Stored data entries:
──────────

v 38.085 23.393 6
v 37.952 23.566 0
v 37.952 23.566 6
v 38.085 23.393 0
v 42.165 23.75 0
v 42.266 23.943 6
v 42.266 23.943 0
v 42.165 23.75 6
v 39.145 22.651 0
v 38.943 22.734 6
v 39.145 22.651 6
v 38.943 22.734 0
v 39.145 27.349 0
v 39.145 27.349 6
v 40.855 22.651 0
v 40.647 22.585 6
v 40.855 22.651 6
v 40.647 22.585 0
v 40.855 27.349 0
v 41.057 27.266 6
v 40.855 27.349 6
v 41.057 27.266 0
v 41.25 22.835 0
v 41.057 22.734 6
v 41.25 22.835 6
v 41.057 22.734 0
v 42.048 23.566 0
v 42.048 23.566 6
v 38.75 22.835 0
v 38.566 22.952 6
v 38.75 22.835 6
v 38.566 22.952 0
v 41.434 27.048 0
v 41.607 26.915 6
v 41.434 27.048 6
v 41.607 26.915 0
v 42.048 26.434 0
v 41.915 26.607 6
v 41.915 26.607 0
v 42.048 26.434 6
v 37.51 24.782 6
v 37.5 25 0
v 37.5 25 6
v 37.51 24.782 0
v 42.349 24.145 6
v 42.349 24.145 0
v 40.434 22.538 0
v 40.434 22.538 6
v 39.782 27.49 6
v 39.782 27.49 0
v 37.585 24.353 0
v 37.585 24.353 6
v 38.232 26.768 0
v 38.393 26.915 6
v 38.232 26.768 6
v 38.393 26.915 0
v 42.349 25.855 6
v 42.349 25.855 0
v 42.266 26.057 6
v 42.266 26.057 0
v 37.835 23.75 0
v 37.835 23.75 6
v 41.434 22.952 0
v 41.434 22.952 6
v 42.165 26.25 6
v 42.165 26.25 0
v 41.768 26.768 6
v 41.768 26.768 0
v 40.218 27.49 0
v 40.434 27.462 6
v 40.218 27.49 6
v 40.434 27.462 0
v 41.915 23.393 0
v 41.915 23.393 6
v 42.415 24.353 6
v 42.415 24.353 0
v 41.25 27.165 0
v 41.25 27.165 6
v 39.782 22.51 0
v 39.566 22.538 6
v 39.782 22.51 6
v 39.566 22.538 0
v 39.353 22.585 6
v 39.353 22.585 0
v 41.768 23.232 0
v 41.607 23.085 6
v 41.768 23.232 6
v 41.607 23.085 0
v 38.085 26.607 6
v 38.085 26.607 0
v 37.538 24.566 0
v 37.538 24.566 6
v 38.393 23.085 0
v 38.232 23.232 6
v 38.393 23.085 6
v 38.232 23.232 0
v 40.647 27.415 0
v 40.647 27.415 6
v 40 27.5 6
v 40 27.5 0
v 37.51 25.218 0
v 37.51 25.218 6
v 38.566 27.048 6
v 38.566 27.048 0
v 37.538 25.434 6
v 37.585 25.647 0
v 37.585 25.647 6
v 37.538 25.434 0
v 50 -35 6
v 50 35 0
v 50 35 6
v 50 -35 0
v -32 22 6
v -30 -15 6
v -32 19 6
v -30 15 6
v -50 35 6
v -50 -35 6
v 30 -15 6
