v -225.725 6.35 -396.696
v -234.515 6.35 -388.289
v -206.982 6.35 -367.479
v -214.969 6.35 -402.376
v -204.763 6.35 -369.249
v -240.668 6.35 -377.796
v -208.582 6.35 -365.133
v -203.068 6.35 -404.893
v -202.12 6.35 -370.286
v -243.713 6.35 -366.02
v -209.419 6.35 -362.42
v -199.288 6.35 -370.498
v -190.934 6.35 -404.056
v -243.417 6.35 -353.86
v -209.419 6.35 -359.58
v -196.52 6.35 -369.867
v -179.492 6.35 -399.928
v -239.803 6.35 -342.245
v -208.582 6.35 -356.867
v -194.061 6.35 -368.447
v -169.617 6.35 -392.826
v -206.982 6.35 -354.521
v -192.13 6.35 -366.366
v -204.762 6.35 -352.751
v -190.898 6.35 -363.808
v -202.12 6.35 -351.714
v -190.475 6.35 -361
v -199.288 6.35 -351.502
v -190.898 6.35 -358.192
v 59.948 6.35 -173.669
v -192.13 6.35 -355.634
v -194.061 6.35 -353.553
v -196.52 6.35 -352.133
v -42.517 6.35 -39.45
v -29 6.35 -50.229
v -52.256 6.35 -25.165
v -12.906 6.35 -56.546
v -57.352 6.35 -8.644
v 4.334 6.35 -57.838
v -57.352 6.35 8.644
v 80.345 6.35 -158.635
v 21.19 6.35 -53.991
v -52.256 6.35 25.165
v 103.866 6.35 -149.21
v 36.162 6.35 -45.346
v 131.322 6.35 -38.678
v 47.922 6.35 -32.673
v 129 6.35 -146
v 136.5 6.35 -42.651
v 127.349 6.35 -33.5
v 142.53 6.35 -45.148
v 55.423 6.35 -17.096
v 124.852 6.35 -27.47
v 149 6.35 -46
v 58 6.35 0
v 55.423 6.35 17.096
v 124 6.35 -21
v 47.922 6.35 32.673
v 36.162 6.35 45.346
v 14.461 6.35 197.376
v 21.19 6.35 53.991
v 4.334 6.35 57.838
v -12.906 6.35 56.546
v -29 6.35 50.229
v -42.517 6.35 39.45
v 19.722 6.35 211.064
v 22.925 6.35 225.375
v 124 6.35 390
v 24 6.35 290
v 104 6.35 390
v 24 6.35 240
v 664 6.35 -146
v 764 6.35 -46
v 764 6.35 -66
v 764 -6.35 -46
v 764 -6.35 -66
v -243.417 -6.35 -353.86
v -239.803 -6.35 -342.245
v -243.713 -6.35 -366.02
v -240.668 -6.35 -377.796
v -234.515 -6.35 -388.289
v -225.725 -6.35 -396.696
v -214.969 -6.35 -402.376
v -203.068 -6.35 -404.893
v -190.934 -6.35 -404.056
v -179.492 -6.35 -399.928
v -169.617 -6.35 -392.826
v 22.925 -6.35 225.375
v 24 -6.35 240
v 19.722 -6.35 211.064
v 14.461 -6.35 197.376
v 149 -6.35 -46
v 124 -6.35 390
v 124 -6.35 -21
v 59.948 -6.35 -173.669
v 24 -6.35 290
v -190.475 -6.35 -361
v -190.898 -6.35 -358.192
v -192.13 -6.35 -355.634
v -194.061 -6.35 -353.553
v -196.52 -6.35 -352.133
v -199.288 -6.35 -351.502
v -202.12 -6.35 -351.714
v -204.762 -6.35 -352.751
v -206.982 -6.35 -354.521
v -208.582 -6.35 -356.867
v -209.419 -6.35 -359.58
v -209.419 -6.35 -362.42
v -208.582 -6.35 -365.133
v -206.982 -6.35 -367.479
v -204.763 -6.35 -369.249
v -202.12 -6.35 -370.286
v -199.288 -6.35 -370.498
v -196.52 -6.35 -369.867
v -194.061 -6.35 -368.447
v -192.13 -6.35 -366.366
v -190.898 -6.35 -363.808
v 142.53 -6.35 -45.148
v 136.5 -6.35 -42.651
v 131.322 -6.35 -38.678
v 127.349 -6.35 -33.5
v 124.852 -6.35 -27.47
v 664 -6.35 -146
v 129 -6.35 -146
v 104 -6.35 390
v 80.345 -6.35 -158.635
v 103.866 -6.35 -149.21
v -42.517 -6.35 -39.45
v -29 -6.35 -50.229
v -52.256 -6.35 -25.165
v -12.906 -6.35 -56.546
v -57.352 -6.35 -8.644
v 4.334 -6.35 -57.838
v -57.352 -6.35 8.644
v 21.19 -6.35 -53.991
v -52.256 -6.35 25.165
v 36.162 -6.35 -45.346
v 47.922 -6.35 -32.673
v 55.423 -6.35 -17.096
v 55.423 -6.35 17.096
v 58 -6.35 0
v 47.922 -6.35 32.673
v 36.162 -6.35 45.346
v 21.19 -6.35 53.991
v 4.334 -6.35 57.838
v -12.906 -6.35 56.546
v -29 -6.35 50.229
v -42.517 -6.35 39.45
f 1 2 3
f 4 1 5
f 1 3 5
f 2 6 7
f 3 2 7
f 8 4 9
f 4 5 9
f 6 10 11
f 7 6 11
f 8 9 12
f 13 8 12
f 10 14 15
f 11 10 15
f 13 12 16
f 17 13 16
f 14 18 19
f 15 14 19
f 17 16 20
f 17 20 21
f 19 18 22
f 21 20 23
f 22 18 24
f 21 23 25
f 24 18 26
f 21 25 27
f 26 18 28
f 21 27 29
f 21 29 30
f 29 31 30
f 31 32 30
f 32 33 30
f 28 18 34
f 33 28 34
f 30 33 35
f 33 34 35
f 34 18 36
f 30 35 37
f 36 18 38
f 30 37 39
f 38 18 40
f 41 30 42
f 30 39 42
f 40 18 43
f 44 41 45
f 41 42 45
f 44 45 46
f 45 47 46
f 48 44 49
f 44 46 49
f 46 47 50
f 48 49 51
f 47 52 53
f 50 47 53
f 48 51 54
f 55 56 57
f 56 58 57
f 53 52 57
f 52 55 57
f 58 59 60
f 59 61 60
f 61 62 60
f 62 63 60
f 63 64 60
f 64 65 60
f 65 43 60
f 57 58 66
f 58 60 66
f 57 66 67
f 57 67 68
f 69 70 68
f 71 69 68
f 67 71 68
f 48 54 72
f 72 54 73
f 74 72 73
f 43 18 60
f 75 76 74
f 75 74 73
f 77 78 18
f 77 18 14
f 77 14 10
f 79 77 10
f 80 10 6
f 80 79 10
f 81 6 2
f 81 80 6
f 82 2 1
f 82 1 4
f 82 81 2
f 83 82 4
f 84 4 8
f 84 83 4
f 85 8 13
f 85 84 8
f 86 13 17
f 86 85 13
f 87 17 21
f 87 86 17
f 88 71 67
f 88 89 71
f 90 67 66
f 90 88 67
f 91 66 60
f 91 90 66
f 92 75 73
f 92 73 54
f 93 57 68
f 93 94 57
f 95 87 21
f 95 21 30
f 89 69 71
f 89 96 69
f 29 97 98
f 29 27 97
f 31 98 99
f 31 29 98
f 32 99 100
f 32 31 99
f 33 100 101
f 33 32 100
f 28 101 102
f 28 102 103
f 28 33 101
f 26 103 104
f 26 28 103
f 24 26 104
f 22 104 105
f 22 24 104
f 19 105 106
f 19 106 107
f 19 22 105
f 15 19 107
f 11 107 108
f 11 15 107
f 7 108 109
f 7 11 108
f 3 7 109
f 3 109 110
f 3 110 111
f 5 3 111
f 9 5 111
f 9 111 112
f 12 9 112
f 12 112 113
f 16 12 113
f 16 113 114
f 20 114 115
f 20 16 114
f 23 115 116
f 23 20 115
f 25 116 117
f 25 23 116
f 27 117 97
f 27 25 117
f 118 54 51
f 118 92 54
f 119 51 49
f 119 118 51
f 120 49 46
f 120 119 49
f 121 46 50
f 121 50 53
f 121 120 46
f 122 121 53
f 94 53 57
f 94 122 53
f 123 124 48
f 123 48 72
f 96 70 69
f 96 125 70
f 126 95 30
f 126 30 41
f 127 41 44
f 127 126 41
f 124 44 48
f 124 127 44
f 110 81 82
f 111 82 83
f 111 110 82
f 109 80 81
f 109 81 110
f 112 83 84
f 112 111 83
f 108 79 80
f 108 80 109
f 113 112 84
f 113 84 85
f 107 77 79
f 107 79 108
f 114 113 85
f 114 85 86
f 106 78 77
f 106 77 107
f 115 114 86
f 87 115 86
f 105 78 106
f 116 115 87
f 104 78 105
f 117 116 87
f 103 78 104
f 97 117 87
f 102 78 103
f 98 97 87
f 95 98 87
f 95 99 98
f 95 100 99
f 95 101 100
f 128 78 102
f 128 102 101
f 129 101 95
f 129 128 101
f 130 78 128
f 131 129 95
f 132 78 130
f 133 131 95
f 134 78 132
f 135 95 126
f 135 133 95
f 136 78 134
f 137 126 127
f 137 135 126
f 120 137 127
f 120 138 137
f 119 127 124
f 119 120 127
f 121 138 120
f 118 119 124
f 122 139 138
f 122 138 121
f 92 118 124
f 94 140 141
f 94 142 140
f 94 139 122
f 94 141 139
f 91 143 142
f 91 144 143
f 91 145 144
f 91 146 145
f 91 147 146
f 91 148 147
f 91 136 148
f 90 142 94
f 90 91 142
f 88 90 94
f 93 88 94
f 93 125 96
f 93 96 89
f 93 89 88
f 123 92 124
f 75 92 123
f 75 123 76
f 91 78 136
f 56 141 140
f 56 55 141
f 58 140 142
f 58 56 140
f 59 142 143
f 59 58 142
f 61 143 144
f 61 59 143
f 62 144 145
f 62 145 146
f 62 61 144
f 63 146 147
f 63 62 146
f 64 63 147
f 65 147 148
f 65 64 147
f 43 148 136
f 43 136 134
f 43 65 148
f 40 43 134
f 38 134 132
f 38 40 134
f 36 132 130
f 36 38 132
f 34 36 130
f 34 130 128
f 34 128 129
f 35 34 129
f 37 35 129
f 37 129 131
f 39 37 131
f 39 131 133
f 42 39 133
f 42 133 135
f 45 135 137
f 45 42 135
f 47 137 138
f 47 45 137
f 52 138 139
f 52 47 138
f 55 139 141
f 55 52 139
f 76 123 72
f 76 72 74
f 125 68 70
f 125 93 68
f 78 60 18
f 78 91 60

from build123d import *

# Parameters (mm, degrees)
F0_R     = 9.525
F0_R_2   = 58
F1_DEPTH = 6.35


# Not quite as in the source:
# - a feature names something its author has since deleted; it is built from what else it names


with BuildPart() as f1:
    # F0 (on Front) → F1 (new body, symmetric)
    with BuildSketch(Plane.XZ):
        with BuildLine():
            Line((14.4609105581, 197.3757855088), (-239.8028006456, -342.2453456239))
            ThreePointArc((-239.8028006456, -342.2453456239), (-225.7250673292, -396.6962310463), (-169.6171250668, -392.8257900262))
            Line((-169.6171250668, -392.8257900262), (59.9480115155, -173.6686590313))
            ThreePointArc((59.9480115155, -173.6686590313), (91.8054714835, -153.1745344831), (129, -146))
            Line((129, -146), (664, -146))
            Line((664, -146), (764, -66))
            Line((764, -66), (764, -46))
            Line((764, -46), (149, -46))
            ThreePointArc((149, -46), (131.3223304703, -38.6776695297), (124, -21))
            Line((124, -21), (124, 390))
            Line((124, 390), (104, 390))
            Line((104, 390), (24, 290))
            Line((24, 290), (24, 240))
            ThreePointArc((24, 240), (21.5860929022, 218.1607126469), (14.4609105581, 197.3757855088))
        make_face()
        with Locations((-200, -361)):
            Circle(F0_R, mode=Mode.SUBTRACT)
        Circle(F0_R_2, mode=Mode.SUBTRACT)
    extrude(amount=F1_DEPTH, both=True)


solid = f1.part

──────────

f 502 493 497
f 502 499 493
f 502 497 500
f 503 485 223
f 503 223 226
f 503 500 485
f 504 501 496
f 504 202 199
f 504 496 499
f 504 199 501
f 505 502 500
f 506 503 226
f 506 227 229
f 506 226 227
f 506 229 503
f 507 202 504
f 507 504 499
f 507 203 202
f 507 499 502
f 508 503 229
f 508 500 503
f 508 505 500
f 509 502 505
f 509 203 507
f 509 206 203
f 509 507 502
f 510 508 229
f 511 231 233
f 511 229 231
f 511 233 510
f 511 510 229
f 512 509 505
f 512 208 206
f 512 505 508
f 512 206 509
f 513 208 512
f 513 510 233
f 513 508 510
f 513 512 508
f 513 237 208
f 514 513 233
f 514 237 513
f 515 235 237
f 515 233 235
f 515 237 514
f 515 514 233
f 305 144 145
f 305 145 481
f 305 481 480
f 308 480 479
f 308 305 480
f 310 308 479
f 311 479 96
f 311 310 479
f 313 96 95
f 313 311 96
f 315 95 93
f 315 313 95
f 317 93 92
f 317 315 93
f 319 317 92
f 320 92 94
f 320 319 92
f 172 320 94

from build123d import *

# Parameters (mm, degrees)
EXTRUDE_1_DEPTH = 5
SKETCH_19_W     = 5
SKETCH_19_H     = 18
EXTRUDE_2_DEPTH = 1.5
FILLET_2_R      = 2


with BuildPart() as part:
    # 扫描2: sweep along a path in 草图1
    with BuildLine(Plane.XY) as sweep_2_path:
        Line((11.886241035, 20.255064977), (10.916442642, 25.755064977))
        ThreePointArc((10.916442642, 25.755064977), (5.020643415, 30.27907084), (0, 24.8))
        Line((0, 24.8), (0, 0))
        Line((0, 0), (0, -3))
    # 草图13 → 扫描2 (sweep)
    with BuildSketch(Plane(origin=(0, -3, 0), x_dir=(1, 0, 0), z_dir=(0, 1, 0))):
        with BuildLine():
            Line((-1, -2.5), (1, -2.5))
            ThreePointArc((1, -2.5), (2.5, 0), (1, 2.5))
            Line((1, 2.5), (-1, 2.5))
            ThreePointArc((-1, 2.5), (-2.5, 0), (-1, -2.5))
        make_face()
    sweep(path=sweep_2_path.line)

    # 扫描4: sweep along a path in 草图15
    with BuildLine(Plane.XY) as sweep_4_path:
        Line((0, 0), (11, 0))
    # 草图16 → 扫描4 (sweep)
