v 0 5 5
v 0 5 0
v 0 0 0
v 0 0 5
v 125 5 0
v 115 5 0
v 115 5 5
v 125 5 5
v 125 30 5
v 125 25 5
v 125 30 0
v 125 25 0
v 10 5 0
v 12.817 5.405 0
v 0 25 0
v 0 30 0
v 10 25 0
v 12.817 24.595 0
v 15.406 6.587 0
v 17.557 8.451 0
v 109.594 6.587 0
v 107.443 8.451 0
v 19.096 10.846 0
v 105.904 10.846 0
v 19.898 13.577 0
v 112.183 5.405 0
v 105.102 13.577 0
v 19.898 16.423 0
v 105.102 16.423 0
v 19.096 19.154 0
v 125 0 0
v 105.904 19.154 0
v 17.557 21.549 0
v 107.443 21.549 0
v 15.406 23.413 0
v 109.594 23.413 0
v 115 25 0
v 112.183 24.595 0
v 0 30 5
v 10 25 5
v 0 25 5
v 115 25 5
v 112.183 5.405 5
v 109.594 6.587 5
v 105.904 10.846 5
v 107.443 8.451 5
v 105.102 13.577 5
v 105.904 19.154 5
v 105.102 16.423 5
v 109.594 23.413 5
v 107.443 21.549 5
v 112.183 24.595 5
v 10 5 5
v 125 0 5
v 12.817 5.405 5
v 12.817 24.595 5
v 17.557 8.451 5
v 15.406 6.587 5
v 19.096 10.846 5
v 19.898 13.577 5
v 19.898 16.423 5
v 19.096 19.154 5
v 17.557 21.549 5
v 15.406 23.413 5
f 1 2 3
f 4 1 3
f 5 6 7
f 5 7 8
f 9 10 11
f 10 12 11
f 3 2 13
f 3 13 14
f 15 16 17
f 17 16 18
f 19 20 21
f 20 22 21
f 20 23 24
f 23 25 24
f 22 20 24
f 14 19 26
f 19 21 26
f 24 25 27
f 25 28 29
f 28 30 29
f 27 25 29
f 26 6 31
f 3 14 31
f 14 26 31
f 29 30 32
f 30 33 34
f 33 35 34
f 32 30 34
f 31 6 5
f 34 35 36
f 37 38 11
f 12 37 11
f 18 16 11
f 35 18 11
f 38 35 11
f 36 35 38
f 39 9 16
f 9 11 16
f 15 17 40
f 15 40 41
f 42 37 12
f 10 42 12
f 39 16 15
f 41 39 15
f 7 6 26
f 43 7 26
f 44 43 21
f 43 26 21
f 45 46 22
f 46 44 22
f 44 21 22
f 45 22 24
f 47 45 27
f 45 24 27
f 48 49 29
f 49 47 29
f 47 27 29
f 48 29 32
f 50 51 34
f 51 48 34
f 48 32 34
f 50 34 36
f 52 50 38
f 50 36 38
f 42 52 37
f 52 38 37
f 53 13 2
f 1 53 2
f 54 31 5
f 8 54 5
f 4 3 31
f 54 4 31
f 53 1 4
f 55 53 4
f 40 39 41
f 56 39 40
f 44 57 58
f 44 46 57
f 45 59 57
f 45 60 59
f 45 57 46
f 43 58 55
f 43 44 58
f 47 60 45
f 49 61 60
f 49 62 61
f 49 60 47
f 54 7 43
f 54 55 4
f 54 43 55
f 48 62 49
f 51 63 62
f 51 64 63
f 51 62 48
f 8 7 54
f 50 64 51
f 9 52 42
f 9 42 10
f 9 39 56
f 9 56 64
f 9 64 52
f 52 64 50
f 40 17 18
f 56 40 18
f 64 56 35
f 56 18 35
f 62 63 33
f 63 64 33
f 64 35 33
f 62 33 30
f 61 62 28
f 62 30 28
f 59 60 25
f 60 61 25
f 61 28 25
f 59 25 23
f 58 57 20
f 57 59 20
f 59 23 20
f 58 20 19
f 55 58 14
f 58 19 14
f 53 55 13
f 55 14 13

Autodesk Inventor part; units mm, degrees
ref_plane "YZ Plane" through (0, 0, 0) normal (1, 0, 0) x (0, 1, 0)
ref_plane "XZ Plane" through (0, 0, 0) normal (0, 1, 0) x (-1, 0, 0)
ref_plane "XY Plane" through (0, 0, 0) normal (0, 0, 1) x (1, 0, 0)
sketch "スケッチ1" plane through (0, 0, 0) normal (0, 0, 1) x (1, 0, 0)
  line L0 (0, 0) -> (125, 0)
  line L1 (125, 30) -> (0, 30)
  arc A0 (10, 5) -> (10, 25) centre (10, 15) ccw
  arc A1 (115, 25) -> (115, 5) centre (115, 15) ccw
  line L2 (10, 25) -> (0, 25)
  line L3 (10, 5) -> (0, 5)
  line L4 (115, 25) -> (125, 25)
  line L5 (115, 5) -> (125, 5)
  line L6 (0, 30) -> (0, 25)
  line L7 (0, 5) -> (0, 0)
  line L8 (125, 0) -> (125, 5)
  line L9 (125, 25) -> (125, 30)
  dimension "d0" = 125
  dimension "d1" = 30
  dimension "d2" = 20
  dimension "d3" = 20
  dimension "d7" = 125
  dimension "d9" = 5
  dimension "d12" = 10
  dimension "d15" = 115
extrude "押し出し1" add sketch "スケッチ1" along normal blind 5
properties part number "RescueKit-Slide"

──────────

▶ **TASK DIRECTIONS**
Write down exactly the span of lines above from the one containing "EXTRUDE_1_DEPTH = 5" to the one containing "v 17.557 8.451 5", both ends included.

▶ **SOLUTION TO THIS TASK**
EXTRUDE_1_DEPTH = 5
SKETCH_19_W     = 5
SKETCH_19_H     = 18
EXTRUDE_2_DEPTH = 1.5
FILLET_2_R      = 2


with BuildPart() as part:
    # 扫描2: sweep along a path in 草图1
    with BuildLine(Plane.XY) as sweep_2_path:
        Line((11.886241035, 20.255064977), (10.916442642, 25.755064977))
        ThreePointArc((10.916442642, 25.755064977), (5.020643415, 30.27907084), (0, 24.8))
        Line((0, 24.8), (0, 0))
        Line((0, 0), (0, -3))
    # 草图13 → 扫描2 (sweep)
    with BuildSketch(Plane(origin=(0, -3, 0), x_dir=(1, 0, 0), z_dir=(0, 1, 0))):
        with BuildLine():
            Line((-1, -2.5), (1, -2.5))
            ThreePointArc((1, -2.5), (2.5, 0), (1, 2.5))
            Line((1, 2.5), (-1, 2.5))
            ThreePointArc((-1, 2.5), (-2.5, 0), (-1, -2.5))
        make_face()
    sweep(path=sweep_2_path.line)

    # 扫描4: sweep along a path in 草图15
    with BuildLine(Plane.XY) as sweep_4_path:
        Line((0, 0), (11, 0))
    # 草图16 → 扫描4 (sweep)
v 0 5 5
v 0 5 0
v 0 0 0
v 0 0 5
v 125 5 0
v 115 5 0
v 115 5 5
v 125 5 5
v 125 30 5
v 125 25 5
v 125 30 0
v 125 25 0
v 10 5 0
v 12.817 5.405 0
v 0 25 0
v 0 30 0
v 10 25 0
v 12.817 24.595 0
v 15.406 6.587 0
v 17.557 8.451 0
v 109.594 6.587 0
v 107.443 8.451 0
v 19.096 10.846 0
v 105.904 10.846 0
v 19.898 13.577 0
v 112.183 5.405 0
v 105.102 13.577 0
v 19.898 16.423 0
v 105.102 16.423 0
v 19.096 19.154 0
v 125 0 0
v 105.904 19.154 0
v 17.557 21.549 0
v 107.443 21.549 0
v 15.406 23.413 0
v 109.594 23.413 0
v 115 25 0
v 112.183 24.595 0
v 0 30 5
v 10 25 5
v 0 25 5
v 115 25 5
v 112.183 5.405 5
v 109.594 6.587 5
v 105.904 10.846 5
v 107.443 8.451 5
v 105.102 13.577 5
v 105.904 19.154 5
v 105.102 16.423 5
v 109.594 23.413 5
v 107.443 21.549 5
v 112.183 24.595 5
v 10 5 5
v 125 0 5
v 12.817 5.405 5
v 12.817 24.595 5
v 17.557 8.451 5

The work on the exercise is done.